Prime Minister Harvey uses Bucholz's letter to sway the Cabinet into decisive action. He then reads selected parts of the letter on television, stating that the avowed aim of Bucholz and Mackie was to establish a socialist dictatorship in Scotland. When Cameron hears the broadcast, he forces Mackie to flee, rather than face retribution. The broadcast also induces many recent recruits to desert the SLA, taking advantage of an amnesty announced by Harvey. Henderson has already disavowed the SLA, and he and Harvey negotiate a limited form of independence for Scotland. The SLA tries to retreat into the Western Highlands, but its remnants are defeated and scattered by an air assault. Cameron takes to the hills as a fugitive.

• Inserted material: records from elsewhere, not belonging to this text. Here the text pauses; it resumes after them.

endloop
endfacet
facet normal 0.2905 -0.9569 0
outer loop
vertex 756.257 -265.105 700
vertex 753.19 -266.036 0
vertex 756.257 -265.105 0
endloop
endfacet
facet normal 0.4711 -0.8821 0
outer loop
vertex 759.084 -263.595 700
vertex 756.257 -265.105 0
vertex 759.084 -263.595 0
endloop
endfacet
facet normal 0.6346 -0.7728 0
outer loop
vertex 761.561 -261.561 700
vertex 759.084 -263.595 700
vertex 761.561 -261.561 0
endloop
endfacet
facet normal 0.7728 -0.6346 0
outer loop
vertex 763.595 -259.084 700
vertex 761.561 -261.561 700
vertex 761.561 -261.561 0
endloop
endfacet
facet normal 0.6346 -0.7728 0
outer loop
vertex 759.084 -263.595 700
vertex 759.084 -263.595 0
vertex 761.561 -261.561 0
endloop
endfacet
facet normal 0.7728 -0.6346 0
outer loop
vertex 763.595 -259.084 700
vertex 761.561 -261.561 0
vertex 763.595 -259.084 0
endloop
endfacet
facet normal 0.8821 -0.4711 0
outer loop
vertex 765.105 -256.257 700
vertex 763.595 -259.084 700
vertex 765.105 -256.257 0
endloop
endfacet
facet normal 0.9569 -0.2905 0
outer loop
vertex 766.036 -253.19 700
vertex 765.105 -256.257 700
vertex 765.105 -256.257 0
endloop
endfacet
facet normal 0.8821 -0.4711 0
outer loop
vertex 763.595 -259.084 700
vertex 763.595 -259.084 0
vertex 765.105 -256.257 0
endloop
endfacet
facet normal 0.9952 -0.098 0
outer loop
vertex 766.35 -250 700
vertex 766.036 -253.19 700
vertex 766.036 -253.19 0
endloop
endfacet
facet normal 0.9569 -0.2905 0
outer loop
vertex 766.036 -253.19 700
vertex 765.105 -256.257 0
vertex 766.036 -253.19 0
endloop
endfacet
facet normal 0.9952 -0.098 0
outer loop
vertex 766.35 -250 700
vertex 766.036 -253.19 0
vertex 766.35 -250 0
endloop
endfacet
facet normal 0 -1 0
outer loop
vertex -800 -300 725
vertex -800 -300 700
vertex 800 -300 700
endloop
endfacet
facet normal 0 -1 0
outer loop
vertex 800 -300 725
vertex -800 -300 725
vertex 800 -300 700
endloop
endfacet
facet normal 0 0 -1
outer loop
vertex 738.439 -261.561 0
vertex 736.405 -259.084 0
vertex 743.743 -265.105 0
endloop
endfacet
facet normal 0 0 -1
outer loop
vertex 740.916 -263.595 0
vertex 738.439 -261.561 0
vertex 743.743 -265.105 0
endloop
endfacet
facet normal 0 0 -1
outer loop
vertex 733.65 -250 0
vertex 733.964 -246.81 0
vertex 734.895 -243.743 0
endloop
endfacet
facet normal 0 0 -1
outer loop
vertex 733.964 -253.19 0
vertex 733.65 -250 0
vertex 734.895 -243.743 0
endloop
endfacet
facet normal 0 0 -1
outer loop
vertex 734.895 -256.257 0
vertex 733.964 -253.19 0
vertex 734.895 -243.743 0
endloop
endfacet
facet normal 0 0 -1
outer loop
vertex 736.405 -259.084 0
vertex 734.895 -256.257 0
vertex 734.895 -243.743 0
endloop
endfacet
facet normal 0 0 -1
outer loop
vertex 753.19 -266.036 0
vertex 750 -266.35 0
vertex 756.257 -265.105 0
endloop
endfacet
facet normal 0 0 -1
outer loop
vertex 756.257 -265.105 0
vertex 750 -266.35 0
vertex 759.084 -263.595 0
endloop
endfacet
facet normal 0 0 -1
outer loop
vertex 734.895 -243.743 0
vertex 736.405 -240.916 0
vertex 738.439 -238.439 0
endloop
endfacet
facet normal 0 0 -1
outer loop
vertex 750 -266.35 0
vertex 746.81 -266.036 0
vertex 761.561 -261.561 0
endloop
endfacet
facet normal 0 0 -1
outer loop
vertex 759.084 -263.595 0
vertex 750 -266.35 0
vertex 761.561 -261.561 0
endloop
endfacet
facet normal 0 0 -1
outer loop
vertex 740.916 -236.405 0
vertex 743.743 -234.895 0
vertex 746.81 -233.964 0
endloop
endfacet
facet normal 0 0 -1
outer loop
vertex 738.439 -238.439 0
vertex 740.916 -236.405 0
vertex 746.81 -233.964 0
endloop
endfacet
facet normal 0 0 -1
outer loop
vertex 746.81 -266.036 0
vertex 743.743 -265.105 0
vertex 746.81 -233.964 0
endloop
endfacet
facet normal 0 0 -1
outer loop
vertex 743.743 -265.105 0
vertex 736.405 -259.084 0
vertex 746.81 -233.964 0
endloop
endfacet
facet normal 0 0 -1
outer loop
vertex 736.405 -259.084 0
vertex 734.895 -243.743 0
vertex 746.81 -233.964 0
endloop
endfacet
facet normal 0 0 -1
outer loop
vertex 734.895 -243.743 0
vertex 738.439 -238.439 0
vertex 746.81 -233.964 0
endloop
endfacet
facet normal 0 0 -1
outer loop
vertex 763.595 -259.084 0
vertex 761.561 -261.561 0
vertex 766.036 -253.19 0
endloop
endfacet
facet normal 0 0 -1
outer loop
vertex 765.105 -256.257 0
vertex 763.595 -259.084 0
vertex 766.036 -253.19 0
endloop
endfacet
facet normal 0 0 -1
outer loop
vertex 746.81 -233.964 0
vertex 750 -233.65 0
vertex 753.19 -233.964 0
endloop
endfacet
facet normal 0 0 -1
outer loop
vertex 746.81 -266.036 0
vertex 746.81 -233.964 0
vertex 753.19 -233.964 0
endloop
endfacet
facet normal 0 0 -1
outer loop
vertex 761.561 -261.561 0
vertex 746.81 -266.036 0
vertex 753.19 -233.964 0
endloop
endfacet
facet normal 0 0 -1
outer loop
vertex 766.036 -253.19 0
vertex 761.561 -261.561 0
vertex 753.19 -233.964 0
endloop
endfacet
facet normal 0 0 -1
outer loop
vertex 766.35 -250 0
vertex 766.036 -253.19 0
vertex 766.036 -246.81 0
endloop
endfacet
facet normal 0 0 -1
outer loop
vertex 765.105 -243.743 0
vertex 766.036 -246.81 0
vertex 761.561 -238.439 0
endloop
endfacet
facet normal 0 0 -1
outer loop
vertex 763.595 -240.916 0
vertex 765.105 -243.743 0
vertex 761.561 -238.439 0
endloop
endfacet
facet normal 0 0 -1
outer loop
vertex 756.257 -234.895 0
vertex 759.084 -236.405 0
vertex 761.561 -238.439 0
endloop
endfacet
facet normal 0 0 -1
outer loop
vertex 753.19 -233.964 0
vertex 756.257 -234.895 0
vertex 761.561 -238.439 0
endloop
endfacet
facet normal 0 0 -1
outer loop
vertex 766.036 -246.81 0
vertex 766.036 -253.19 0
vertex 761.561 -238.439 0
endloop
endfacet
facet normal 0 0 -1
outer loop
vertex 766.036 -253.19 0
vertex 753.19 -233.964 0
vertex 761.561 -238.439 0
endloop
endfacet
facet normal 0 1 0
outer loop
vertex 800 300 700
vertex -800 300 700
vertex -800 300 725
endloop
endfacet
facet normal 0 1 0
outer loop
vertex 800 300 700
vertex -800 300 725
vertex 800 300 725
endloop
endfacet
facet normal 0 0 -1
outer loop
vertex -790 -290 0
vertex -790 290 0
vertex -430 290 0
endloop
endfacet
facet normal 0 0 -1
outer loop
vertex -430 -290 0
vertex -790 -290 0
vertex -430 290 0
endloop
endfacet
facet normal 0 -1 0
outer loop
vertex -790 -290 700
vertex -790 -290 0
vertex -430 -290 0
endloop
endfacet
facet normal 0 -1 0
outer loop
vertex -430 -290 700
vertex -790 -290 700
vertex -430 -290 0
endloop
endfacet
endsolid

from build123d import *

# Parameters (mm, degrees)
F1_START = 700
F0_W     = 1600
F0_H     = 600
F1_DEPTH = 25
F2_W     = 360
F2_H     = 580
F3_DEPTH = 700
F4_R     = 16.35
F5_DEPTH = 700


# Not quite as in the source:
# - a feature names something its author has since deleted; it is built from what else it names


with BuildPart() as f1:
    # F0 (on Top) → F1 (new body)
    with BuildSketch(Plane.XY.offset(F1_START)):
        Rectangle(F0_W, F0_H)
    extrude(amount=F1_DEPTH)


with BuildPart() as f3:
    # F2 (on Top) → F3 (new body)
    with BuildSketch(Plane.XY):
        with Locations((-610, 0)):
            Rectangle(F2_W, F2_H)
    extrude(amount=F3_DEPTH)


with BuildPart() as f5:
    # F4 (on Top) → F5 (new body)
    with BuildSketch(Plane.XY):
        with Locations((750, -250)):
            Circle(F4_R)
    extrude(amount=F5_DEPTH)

Two months later, an independence ceremony is held in Edinburgh. Thorganby has died of pneumonia, Mackie and Bucholz have fled to the Soviet Union while Sukey Dunmayne, who has been granted an amnesty, has given birth to Mackie's child. Cameron makes a sensational appearance at the ceremony and tries to hoist the Scottish flag. When the flag party tries to arrest him, he commits suicide, stabbing himself with a Sgian-dubh.

==Cast in the television series==

- Maria Aitken as Sukey Dunmayne
- John Cairney as John Mackie
- Bill Henderson as Robert Duguid
- Madeleine Christie as Mrs. Merrilies
- Clinton Greyn as Colonel Cameron
- Cyril Luckham as Lord Thorganby
- Leonard Maguire as James Henderson
- Maurice Roëves as Brodie
- Bill Simpson as MacNair
- Gerry Slevin as Chief Insp. Rennie
- Peter Cellier as Hart
- Paul Whitsun-Jones as Levi

==Reception==
Both the novel and the television serial were considered quite controversial at the time of publication and transmission. Gordon Wilson, then leader of the SNP, called for the serial not to be aired. That went ahead, but the SNP submitted a complaint which the BBC's Programmes Complaints Commission partially upheld on the grounds that the use of the SNP's name and branding could mislead viewers into thinking it supported violence. Consequently, the BBC has not reaired the series since its original screening. It was believed for many years that the master tapes had been wiped because of the controversy, but in 2012 the BBC said that they were held in the archives of BBC Scotland. In 2023, the BBC said two of the five episodes were missing from its archives.

In 2010 Alex Salmond, then leader of the SNP, told Douglas Hurd that it was one of his favourite novels and described it as "a cracking read". Mike Russell, then SNP president, said in 2023 that he thought the series had done more good than harm.